**Exercise objective:** Once you find the line containing "#125=LINE('',#123,#33);" in the data below, copy it and each following line exactly, up to and including the line containing "#160=DIRECTION('',(0.,-1.,0.));", and nothing else.

**Data supplied:**
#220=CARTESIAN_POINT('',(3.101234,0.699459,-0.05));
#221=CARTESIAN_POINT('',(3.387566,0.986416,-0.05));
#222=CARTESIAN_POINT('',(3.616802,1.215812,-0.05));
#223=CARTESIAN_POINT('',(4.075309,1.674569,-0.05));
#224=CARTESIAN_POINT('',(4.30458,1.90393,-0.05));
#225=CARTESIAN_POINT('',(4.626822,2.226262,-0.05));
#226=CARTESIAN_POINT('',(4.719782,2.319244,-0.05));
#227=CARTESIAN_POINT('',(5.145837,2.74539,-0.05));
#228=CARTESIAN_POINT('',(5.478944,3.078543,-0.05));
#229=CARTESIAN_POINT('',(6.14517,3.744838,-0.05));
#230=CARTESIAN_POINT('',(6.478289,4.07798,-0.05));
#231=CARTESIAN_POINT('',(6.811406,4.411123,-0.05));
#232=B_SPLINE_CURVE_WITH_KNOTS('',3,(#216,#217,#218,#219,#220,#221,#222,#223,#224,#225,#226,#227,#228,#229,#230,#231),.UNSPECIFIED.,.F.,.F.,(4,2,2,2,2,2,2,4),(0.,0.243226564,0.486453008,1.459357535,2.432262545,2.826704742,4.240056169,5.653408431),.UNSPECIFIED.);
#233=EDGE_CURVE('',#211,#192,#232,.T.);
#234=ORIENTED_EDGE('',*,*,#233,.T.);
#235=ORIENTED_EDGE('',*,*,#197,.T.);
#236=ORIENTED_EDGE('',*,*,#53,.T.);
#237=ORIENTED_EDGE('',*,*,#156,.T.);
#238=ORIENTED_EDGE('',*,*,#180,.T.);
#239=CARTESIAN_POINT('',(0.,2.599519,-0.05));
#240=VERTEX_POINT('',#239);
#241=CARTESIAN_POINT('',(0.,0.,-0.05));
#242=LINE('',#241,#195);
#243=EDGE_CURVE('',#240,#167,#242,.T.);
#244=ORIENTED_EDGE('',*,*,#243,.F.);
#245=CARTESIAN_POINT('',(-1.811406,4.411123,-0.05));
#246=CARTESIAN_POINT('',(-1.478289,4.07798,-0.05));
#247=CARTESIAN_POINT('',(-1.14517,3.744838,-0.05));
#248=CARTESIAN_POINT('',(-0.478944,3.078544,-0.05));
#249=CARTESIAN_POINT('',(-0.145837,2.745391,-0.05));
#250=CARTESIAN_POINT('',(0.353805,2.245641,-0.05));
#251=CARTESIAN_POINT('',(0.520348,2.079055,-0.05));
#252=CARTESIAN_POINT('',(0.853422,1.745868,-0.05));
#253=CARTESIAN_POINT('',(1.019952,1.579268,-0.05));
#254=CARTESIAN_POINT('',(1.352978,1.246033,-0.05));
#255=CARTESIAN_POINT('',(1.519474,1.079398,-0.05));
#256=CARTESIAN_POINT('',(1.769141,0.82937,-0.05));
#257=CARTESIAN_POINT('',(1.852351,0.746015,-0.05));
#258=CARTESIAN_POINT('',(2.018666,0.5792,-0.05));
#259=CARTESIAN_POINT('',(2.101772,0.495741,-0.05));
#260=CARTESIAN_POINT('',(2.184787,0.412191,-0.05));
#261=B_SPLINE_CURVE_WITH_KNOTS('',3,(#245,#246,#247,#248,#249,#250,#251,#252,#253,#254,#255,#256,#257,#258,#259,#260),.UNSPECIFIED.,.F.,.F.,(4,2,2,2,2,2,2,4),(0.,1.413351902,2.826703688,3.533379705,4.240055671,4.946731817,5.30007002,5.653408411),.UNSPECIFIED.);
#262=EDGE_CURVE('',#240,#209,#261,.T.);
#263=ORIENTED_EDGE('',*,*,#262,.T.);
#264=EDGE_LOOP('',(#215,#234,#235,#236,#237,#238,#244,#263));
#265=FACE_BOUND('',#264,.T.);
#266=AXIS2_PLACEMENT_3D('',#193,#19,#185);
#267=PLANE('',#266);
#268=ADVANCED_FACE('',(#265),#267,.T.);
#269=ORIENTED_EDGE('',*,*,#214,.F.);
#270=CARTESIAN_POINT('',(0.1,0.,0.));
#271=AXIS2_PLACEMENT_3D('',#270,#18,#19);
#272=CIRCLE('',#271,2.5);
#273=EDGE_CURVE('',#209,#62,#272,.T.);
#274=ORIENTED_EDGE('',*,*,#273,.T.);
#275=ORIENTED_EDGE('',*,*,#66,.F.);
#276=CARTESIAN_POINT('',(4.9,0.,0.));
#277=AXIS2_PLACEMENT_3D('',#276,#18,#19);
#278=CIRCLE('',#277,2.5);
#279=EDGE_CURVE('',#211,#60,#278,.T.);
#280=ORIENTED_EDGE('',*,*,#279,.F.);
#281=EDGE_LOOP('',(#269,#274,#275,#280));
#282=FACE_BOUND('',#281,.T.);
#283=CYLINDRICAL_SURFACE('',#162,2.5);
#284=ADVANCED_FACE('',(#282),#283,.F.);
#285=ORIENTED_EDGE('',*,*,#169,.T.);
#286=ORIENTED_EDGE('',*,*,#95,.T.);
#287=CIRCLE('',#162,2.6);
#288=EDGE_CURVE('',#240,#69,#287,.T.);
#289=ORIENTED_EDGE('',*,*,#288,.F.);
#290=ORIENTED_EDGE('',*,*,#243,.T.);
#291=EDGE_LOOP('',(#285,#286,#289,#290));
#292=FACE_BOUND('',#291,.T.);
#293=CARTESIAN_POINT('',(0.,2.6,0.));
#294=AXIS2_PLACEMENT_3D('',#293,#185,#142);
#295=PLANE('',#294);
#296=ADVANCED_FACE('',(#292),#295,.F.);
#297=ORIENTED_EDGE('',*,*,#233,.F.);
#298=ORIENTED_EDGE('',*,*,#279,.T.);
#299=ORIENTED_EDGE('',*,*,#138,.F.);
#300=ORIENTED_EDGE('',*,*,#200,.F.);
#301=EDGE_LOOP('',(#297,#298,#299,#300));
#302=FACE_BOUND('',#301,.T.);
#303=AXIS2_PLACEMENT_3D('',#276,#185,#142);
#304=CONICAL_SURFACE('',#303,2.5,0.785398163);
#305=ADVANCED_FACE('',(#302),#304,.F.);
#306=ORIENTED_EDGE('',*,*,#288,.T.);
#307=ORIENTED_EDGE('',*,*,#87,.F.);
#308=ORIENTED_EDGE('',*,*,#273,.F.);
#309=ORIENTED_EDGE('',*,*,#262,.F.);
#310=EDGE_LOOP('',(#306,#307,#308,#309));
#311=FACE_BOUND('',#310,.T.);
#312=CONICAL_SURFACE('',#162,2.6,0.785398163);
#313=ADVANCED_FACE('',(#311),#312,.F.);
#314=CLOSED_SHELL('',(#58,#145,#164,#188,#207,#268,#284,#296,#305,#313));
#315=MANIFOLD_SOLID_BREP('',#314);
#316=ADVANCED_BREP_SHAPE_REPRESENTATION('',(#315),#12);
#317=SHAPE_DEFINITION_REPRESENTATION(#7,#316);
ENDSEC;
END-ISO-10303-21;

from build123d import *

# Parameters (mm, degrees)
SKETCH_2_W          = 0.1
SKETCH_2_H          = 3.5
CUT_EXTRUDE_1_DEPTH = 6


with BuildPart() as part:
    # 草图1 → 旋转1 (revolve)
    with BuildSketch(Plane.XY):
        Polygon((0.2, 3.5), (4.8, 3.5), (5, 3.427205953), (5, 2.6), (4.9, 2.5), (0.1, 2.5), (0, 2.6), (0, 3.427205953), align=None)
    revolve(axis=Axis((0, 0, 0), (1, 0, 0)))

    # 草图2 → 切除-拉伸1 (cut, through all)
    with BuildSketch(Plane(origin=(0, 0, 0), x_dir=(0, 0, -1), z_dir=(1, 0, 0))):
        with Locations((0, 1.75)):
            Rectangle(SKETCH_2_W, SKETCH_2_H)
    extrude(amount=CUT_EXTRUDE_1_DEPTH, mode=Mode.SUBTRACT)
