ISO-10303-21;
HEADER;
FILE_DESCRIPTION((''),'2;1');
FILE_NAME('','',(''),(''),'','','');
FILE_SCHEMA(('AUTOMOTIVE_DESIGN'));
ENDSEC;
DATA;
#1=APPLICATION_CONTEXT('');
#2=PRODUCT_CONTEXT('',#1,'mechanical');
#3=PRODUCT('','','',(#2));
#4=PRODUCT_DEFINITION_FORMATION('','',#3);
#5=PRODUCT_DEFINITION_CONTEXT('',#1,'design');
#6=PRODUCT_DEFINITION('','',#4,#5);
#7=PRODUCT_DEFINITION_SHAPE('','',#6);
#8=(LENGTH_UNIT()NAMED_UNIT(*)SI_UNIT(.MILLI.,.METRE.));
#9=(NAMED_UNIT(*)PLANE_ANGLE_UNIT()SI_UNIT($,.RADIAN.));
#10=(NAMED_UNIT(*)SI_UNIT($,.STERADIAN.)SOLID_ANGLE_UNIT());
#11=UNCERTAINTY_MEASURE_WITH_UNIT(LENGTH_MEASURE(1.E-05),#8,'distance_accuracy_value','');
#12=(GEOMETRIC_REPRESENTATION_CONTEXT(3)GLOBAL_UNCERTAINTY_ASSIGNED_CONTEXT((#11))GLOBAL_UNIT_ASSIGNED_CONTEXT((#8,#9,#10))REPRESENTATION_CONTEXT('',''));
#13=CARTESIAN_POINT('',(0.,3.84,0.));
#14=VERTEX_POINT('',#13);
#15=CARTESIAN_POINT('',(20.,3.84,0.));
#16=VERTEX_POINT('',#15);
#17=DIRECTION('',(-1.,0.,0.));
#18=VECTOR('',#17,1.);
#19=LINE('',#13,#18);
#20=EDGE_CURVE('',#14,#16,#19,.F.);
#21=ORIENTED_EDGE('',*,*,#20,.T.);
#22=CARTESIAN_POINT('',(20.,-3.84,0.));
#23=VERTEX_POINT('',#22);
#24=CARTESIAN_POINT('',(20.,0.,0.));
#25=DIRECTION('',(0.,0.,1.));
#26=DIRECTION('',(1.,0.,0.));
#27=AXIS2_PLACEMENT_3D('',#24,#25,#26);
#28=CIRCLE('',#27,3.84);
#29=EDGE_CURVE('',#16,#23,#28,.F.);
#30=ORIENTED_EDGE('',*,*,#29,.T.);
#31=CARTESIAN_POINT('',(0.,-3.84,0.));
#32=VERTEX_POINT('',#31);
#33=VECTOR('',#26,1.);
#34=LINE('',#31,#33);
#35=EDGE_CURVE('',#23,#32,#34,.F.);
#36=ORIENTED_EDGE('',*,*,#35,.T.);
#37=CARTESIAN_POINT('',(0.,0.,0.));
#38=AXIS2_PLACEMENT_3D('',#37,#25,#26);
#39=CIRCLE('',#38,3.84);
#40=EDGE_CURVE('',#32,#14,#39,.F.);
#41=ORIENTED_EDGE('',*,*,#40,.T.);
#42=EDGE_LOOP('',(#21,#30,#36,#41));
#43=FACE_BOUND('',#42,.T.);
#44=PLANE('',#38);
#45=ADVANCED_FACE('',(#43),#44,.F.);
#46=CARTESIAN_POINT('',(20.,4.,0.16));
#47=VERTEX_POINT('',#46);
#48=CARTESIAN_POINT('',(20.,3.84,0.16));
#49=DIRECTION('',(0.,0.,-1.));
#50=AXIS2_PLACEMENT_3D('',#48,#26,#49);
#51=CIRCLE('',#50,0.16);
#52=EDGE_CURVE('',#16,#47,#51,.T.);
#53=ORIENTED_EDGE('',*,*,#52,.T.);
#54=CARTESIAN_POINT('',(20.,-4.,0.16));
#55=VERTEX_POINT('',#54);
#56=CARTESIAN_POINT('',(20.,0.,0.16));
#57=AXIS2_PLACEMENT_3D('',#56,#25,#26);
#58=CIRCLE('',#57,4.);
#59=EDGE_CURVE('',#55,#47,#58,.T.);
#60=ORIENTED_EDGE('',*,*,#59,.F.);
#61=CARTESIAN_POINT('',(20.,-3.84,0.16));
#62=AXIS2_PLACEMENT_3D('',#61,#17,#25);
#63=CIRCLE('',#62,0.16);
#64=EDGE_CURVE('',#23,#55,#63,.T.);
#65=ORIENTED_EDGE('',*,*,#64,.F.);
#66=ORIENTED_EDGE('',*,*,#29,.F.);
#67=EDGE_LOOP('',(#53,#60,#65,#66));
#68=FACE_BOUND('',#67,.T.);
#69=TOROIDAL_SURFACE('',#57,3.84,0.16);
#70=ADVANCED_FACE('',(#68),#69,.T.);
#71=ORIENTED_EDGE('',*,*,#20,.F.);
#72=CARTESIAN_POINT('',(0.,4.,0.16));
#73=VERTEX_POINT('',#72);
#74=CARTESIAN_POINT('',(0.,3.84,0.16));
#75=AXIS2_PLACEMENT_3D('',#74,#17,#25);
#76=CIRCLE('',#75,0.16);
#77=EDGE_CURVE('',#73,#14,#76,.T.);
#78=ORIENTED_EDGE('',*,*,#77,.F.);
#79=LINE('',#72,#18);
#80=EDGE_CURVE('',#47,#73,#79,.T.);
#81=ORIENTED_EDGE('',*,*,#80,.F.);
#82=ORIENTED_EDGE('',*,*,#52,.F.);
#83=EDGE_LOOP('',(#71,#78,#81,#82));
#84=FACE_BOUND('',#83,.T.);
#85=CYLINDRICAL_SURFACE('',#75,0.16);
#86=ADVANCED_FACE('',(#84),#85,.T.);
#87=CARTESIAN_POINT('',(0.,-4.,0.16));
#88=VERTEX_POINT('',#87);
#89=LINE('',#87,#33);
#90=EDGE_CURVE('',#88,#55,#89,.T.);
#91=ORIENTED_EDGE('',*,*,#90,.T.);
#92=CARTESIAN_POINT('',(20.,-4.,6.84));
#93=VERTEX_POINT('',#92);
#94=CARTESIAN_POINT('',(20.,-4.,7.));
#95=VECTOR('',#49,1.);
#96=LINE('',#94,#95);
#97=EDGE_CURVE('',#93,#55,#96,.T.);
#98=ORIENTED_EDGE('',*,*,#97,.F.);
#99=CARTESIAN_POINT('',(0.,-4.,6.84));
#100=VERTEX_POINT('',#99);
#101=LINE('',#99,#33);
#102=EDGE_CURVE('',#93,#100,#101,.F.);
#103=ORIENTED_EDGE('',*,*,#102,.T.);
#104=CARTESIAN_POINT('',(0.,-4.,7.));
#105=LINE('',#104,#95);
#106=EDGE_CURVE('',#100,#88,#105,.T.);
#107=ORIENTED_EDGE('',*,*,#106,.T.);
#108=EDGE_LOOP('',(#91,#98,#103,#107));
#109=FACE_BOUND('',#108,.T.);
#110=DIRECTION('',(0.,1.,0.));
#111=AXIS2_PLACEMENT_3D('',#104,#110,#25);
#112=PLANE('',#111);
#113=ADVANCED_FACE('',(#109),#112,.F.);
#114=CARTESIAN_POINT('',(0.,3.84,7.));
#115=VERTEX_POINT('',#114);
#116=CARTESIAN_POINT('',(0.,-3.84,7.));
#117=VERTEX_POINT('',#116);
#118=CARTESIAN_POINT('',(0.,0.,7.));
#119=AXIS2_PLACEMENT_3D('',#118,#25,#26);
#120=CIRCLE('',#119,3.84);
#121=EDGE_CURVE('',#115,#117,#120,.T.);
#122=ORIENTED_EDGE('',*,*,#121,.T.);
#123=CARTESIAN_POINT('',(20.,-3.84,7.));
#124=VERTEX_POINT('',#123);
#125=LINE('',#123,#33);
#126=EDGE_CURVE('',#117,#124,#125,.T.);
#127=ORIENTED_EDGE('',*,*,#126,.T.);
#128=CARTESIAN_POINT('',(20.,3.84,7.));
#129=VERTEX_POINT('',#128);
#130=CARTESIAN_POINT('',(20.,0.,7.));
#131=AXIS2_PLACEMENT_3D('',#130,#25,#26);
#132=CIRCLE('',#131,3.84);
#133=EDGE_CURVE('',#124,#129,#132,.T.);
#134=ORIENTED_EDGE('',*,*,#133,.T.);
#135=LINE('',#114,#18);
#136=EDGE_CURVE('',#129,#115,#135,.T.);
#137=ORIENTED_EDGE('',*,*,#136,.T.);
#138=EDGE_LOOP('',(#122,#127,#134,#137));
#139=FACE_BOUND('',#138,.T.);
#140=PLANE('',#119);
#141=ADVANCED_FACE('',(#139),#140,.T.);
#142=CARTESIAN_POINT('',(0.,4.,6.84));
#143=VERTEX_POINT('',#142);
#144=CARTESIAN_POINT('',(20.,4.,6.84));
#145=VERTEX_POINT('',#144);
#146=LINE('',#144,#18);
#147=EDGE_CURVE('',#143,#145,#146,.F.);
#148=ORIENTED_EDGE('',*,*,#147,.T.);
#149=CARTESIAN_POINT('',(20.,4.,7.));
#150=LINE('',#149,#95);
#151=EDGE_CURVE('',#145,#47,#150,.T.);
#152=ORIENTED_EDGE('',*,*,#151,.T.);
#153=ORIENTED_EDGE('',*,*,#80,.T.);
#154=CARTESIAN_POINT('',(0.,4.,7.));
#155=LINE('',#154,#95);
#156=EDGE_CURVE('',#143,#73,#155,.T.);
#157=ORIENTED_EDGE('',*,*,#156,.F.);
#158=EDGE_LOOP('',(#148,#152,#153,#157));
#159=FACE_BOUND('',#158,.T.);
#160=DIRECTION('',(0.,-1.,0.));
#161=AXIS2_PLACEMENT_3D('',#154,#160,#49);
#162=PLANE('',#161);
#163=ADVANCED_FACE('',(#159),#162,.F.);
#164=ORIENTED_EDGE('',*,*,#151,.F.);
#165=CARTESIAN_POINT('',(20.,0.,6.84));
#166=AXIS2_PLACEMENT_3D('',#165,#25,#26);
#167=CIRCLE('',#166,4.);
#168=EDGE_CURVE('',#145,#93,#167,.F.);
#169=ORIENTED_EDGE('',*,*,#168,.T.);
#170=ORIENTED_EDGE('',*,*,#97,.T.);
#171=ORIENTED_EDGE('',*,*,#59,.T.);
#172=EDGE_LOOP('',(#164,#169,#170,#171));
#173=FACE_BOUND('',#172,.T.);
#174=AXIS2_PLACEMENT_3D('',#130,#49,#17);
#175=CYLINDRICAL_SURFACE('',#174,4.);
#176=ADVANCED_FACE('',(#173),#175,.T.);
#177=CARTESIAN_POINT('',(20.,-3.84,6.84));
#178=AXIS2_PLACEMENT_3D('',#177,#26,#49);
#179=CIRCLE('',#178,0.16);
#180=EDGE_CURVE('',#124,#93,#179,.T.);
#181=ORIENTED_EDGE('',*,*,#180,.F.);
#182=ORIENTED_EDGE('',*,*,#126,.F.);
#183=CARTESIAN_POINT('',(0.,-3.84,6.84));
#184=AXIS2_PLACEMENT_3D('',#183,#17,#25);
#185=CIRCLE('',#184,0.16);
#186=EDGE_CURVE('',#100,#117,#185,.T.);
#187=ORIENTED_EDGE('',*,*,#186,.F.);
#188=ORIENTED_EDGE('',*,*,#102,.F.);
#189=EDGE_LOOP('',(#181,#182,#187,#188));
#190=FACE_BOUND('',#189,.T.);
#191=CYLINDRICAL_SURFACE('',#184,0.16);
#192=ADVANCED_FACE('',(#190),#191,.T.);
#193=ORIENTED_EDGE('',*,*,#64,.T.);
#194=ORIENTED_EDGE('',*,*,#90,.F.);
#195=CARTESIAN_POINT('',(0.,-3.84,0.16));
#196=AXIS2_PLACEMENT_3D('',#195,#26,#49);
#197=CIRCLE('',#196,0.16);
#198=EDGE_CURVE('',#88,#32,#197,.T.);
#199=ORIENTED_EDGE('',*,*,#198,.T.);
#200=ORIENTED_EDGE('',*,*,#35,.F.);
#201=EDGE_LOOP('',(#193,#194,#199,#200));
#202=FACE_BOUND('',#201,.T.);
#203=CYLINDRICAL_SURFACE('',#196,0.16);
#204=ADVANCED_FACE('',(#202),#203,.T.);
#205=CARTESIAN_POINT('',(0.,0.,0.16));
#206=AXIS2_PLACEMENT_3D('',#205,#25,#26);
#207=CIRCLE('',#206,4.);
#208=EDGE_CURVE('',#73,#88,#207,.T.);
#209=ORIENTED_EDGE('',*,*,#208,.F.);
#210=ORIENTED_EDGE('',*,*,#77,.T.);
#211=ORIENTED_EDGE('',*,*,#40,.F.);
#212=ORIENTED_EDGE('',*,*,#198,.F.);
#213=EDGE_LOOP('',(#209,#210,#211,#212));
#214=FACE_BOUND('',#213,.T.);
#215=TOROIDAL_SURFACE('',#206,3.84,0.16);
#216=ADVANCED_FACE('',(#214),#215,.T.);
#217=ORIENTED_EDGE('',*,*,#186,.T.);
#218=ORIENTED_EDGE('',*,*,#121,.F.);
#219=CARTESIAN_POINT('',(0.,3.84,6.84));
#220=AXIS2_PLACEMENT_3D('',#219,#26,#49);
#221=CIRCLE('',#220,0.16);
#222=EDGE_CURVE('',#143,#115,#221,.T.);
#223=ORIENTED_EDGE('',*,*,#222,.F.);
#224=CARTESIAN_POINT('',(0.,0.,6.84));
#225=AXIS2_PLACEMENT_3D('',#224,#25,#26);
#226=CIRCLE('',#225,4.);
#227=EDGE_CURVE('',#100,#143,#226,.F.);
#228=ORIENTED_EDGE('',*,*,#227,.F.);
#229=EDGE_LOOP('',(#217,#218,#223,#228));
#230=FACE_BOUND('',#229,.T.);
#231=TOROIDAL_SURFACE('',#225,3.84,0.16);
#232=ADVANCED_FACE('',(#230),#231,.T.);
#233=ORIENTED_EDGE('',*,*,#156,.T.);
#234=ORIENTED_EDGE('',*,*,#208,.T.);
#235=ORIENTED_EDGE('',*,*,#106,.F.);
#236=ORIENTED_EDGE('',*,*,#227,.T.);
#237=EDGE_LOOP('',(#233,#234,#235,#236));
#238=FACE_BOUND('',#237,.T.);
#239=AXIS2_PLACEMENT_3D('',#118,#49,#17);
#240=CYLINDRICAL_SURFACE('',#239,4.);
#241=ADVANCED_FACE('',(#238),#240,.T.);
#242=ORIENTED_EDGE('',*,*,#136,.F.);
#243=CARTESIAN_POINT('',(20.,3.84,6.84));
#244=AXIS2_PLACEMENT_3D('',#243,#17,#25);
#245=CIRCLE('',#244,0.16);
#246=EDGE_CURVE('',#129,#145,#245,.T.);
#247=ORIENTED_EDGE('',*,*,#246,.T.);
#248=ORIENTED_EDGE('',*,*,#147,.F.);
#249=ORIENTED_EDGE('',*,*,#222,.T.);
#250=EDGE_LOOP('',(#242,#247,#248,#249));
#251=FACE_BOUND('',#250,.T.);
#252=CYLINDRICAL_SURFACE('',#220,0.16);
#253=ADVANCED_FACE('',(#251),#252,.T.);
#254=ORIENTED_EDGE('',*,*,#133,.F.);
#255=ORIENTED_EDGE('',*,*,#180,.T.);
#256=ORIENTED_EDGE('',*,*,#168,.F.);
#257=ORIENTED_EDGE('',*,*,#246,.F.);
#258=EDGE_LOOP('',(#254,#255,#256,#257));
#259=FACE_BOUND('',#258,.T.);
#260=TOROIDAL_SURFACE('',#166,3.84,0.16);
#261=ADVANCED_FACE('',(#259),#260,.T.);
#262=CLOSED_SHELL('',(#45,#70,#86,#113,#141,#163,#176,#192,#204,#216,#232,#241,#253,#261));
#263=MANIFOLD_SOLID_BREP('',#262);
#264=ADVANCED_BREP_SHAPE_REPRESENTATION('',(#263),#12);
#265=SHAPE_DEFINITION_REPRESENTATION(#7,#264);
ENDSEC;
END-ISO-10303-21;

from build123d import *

# Parameters (mm, degrees)
EXTRUDE_1_DEPTH = 7
FILLET_1_R      = 0.16


with BuildPart() as part:
    # Эскиз1 → Бобышка-Вытянуть1 (new body)
    with BuildSketch(Plane.XY):
        with BuildLine():
            Line((0, 4), (20, 4))
            ThreePointArc((20, 4), (24, 0), (20, -4))
            Line((20, -4), (0, -4))
            ThreePointArc((0, -4), (-4, 0), (0, 4))
        make_face()
    extrude(amount=EXTRUDE_1_DEPTH)

    # Скругление1
    fillet_1_edges = [part.edges().sort_by_distance(p)[0] for p in [
        (24, 0, 7),
        (10, 4, 7),
        (-4, 0, 7),
        (10, 4, 0),
        (24, 0, 0),
        (10, -4, 0),
        (-4, 0, 0),
        (10, -4, 7),
    ]]
    fillet(fillet_1_edges, radius=FILLET_1_R)


solid = part.part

**Written solution:**
#125=LINE('',#123,#33);
#126=EDGE_CURVE('',#117,#124,#125,.T.);
#127=ORIENTED_EDGE('',*,*,#126,.T.);
#128=CARTESIAN_POINT('',(20.,3.84,7.));
#129=VERTEX_POINT('',#128);
#130=CARTESIAN_POINT('',(20.,0.,7.));
#131=AXIS2_PLACEMENT_3D('',#130,#25,#26);
#132=CIRCLE('',#131,3.84);
#133=EDGE_CURVE('',#124,#129,#132,.T.);
#134=ORIENTED_EDGE('',*,*,#133,.T.);
#135=LINE('',#114,#18);
#136=EDGE_CURVE('',#129,#115,#135,.T.);
#137=ORIENTED_EDGE('',*,*,#136,.T.);
#138=EDGE_LOOP('',(#122,#127,#134,#137));
#139=FACE_BOUND('',#138,.T.);
#140=PLANE('',#119);
#141=ADVANCED_FACE('',(#139),#140,.T.);
#142=CARTESIAN_POINT('',(0.,4.,6.84));
#143=VERTEX_POINT('',#142);
#144=CARTESIAN_POINT('',(20.,4.,6.84));
#145=VERTEX_POINT('',#144);
#146=LINE('',#144,#18);
#147=EDGE_CURVE('',#143,#145,#146,.F.);
#148=ORIENTED_EDGE('',*,*,#147,.T.);
#149=CARTESIAN_POINT('',(20.,4.,7.));
#150=LINE('',#149,#95);
#151=EDGE_CURVE('',#145,#47,#150,.T.);
#152=ORIENTED_EDGE('',*,*,#151,.T.);
#153=ORIENTED_EDGE('',*,*,#80,.T.);
#154=CARTESIAN_POINT('',(0.,4.,7.));
#155=LINE('',#154,#95);
#156=EDGE_CURVE('',#143,#73,#155,.T.);
#157=ORIENTED_EDGE('',*,*,#156,.F.);
#158=EDGE_LOOP('',(#148,#152,#153,#157));
#159=FACE_BOUND('',#158,.T.);
#160=DIRECTION('',(0.,-1.,0.));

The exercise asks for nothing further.